I am not advocating that Wikipedia just be an open book to write whatever you want, but that its platform does not support much outside of sourced info, which is a category of information, not the sum of all information, and leaves out a lot of other information that doesn't fit its guidelines.
>Yes, learning the full markup isn't trivial, but the basic stuff is. And I'm not sure how it's "not open" simply because it has a learning curve.
Making a wiki has very little to do with the basic markup, and a lot more to do with designing templates and organizing how your data is formatted and presented, and that is what mediawiki fails to do in a manner that is accessible. Difficulty does reduce accessibility, which infact does reduce its openness. If it were simpler and well documented, searchable, then there would be a lot more writers. A lot of the problems can be solved by having a markup language that also acts like a programming language, being able to work with variables and inputs and do transforms on them, much like an actual templating language.

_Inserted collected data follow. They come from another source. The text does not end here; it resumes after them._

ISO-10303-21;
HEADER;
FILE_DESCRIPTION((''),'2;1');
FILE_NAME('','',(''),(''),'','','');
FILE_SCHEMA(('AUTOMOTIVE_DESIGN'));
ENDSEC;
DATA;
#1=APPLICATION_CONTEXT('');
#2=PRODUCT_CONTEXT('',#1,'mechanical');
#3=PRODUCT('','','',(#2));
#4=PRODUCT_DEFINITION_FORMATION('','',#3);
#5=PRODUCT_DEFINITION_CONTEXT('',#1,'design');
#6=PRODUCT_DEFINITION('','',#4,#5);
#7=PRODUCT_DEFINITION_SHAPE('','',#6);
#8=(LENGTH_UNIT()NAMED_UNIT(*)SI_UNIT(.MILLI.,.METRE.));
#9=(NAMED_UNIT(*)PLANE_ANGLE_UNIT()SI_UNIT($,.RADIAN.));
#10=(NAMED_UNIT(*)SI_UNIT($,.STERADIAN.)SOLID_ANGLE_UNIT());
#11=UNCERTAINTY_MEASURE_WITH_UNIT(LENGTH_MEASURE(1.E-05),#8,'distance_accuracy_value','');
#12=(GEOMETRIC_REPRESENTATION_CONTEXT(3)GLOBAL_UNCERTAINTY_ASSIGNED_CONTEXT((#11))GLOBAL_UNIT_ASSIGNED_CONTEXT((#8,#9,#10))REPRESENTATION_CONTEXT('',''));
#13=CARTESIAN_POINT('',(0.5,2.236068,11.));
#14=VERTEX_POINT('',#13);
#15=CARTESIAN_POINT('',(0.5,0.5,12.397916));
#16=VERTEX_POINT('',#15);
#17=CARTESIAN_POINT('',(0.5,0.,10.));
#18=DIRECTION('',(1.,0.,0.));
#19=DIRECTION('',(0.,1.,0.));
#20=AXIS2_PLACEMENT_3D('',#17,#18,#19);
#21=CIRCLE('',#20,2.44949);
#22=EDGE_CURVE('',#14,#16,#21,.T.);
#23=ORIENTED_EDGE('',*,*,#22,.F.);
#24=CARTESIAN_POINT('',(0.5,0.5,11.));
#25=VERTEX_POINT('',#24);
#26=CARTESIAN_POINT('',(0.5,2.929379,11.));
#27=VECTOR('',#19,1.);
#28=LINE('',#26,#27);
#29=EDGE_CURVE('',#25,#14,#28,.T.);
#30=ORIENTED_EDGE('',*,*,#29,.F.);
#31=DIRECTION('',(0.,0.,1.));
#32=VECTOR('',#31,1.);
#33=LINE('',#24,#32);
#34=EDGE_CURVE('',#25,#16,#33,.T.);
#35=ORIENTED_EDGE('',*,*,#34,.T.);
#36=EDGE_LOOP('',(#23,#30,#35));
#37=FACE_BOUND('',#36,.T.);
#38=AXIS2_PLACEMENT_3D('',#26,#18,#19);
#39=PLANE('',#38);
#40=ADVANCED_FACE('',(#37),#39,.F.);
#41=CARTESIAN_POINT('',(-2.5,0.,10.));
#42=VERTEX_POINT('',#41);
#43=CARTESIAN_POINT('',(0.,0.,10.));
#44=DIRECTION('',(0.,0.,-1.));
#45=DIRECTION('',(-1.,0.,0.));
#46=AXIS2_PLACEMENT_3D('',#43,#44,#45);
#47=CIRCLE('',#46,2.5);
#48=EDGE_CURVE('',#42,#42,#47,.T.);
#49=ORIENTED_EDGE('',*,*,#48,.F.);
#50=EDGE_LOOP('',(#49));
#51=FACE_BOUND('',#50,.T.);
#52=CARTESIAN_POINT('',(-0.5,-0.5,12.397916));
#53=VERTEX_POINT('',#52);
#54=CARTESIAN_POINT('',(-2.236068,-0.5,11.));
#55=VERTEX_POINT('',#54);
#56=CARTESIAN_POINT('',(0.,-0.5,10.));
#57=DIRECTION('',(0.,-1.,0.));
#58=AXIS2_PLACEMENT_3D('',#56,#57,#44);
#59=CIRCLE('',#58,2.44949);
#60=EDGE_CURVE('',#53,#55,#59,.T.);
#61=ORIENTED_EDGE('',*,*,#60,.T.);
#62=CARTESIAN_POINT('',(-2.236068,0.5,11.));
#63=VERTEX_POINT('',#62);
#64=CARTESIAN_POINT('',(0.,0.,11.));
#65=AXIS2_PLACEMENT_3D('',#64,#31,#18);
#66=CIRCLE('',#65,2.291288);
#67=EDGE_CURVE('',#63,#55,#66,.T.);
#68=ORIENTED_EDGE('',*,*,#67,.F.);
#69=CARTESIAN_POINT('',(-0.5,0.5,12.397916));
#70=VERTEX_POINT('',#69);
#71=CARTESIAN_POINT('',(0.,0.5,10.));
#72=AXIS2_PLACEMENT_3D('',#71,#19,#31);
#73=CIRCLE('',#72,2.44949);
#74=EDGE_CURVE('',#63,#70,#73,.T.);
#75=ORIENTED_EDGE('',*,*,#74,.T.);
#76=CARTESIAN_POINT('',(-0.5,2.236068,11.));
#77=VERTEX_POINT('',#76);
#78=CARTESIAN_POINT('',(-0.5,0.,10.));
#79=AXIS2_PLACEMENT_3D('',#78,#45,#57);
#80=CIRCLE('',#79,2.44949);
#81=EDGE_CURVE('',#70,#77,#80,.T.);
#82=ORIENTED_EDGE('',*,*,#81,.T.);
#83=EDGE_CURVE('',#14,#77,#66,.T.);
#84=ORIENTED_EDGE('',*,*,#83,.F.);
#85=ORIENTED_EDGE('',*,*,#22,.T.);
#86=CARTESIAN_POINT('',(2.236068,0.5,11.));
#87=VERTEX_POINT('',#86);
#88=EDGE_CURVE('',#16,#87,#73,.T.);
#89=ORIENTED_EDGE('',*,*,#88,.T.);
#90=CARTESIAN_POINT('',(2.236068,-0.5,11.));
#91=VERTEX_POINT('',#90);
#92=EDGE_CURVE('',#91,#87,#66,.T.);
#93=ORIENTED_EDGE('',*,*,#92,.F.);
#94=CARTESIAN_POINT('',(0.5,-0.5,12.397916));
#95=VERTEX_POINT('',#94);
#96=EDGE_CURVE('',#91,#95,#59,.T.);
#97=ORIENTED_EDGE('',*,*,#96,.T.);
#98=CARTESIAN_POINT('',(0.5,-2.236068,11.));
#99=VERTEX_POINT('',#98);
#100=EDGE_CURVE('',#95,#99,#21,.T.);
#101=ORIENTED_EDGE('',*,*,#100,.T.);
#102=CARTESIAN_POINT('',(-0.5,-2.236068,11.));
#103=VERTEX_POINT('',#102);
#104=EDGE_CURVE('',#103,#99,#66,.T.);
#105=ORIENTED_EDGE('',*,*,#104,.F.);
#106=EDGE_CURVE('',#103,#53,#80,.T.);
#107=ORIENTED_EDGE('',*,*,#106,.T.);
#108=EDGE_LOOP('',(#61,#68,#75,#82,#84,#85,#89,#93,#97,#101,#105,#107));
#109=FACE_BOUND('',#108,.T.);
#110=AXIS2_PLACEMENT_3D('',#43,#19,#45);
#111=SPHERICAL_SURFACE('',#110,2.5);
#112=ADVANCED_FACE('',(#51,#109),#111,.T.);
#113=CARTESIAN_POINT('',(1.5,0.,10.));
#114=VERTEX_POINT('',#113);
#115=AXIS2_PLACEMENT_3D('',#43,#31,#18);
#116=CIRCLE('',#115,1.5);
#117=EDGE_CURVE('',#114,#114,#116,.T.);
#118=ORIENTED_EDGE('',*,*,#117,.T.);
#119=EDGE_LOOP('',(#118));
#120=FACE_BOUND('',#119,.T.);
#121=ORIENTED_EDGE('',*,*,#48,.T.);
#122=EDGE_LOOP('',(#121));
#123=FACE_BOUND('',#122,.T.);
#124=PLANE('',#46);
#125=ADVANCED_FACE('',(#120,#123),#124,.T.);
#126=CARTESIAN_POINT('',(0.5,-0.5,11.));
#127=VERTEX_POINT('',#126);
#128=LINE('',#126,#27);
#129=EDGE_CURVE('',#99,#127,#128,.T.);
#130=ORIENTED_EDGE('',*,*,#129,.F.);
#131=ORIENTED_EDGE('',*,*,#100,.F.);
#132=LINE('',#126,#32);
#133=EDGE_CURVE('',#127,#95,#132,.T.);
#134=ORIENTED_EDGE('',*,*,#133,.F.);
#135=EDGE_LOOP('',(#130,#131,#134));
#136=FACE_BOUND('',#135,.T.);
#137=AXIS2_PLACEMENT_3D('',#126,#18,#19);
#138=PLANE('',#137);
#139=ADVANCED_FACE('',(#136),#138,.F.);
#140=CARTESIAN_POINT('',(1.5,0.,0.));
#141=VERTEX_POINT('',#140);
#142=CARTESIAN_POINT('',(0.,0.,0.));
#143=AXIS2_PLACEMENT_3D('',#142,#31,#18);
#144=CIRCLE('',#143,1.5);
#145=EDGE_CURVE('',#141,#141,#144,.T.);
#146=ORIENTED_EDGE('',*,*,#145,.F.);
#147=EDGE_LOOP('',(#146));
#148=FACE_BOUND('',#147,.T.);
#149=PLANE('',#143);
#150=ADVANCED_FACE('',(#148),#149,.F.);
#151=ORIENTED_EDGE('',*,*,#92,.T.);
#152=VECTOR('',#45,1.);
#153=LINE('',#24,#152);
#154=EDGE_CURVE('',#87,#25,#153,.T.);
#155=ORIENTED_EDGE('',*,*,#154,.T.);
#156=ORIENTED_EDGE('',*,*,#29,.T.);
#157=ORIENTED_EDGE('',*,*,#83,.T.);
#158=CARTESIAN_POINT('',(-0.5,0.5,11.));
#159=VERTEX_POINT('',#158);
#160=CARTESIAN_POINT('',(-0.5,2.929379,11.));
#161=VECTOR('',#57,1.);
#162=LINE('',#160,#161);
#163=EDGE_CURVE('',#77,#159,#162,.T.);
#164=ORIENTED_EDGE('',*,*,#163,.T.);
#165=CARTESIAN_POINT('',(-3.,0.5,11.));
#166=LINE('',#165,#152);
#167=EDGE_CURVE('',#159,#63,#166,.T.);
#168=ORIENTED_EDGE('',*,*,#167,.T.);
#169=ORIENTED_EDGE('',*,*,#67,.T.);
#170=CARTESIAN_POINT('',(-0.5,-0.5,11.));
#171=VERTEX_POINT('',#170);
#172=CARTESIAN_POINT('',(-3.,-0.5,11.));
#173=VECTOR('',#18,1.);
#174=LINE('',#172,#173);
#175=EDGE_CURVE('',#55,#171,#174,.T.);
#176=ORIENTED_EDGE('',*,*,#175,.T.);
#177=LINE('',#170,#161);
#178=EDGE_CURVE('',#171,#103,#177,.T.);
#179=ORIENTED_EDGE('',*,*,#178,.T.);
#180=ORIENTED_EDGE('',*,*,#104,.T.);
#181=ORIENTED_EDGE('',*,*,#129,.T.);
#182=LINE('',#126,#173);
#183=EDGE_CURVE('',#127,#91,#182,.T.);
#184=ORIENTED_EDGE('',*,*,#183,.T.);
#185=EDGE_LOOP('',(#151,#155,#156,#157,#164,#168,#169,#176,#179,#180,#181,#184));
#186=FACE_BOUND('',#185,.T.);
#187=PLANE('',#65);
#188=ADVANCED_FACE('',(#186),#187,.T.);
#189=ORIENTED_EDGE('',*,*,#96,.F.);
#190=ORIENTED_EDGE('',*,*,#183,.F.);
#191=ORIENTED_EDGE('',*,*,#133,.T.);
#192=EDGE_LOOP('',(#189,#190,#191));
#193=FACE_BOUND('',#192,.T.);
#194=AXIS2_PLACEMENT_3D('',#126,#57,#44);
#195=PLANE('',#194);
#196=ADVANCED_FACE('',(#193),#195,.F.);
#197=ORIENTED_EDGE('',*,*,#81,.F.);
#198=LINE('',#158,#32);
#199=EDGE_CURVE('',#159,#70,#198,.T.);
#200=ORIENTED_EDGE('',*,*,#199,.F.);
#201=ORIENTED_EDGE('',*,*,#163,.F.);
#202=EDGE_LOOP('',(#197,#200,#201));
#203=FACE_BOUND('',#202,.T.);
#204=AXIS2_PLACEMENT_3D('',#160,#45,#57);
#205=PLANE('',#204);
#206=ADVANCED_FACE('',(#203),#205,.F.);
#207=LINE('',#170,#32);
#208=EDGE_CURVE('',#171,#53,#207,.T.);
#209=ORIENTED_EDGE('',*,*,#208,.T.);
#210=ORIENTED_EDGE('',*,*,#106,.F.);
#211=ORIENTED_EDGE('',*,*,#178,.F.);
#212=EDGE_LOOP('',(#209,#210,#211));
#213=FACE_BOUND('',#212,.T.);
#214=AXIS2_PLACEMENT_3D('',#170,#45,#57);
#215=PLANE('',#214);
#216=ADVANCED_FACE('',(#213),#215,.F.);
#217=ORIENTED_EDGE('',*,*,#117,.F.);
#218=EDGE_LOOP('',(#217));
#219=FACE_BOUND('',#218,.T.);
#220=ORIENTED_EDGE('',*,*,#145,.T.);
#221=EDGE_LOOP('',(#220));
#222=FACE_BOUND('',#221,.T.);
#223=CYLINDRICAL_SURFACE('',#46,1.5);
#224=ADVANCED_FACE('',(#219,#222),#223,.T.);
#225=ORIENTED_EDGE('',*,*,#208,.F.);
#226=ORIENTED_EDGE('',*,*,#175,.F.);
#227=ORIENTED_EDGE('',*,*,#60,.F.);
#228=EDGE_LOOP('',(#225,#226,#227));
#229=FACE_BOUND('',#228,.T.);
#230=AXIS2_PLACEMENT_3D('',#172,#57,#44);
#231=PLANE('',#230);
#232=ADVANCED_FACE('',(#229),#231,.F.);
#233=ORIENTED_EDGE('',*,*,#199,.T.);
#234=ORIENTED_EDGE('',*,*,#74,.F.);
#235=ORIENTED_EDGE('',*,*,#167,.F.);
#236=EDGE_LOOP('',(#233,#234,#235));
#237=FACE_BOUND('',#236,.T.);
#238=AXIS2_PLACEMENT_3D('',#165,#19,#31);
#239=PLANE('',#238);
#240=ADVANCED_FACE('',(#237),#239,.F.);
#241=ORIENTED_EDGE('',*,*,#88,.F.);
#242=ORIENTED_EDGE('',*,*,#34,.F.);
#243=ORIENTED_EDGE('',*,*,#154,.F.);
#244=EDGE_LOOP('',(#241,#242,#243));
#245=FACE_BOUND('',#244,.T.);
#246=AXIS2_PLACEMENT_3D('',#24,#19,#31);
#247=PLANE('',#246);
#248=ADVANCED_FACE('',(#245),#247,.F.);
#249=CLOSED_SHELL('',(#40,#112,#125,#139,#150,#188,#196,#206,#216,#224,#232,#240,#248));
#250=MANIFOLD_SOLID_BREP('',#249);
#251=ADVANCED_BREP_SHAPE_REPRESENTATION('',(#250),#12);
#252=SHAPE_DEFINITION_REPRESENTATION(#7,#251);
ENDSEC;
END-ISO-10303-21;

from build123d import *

# Parameters (mm, degrees)
SKETCH1_R           = 1.5
BOSS_EXTRUDE1_DEPTH = 10
REVOLVE1_ANGLE      = 180
CUT_EXTRUDE1_DEPTH  = 2


with BuildPart() as part:
    # Sketch1 → Boss-Extrude1 (new body)
    with BuildSketch(Plane.XY):
        Circle(SKETCH1_R)
    extrude(amount=BOSS_EXTRUDE1_DEPTH)

    # Sketch2 → Revolve1 (revolve)
    with BuildSketch(Plane.XY.offset(10)):
        with BuildLine():
            Line((0, 2.5), (0, -2.5))
            ThreePointArc((0, -2.5), (2.5, 0), (0, 2.5))
        make_face()
    revolve(axis=Axis((0, 2.5, 10), (0, -1, 0)), revolution_arc=REVOLVE1_ANGLE)

    # Sketch3 → Cut-Extrude1 (cut)
    with BuildSketch(Plane.XY.offset(13)):
        Polygon((0.5, 0.5), (3, 0.5), (3, -0.5), (0.5, -0.5), (0.5, -3.070620821), (-0.5, -3.070620821), (-0.5, -0.5), (-3, -0.5), (-3, 0.5), (-0.5, 0.5), (-0.5, 2.929379179), (0.5, 2.929379179), align=None)
    extrude(amount=-CUT_EXTRUDE1_DEPTH, mode=Mode.SUBTRACT)


solid = part.part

The learning curve of Libreoffice or other programs of that nature is a false equivalence. Adding a graph in Libreoffice takes a few clicks of the dropdowns, maybe a few tries of adding in info. Adding in a graph into mediawiki requires you to find an extension, install that, learn its syntax, and god forbid you add it into a template dynamically, learn how to get data variables from wiki markup. It is significantly more work and understanding of tech.
>Complex software has a learning curve, and hiding that learning curve is really difficult.
Yes, it is, but it is possible, if the software were designed for being used outside of the wikipedia environment more, similiar to frameworks like Drupal 8 or Wordpress are, it would be much more maintainable and learnable. Understand that wikitext is just a small small part of a mediawiki environment, and even thats enough to bar entry for many people.
>It's a heavyweight engine that you're wanting to put lots of heavyweight stuff on. That's what they're designing for, and it has some warts, but it works.
Its an old engine that is very integrated into itself with a lot of tech debt that hasn't been paid back. They are designing for that, not for creating a framework that best suits accessible, editable, presentable information.
>It's daft to complain that the engine primarily written by a non-profit for one of the top 5 websites isn't written as a one-click install feather-light application.
Wikimedia does not claim the Mediawiki is made for WP and shouldn't be used outside of it. I claim that, but thats not how it should be.
An application being 'heavy' has nothing to do with its maintainability or usability to the end user. Arguably, Wordpress is much heavier, yet has a built-in auto updater, plugins and theme installer, and is quite easy to setup.
>Basically you're holding WP to an impossible standard and complaining that they don't measure up.
I'm holding /Wikimedia/ to the standard they've set for themselves, with expectations much lower than that, and still it doesn't hold up, because they are not actually doing what their vision is, they're just making their own product where information has to fit their guidelines. You can argue that Wikimedia is a non-profit, or the software is complex, or whatever you'd like, but the reality is that there is a significant amount of information that will never be passed into the internet space because good platforms for it don't exist yet.
How many 50-person companies do you think have existed, globally, since 2001?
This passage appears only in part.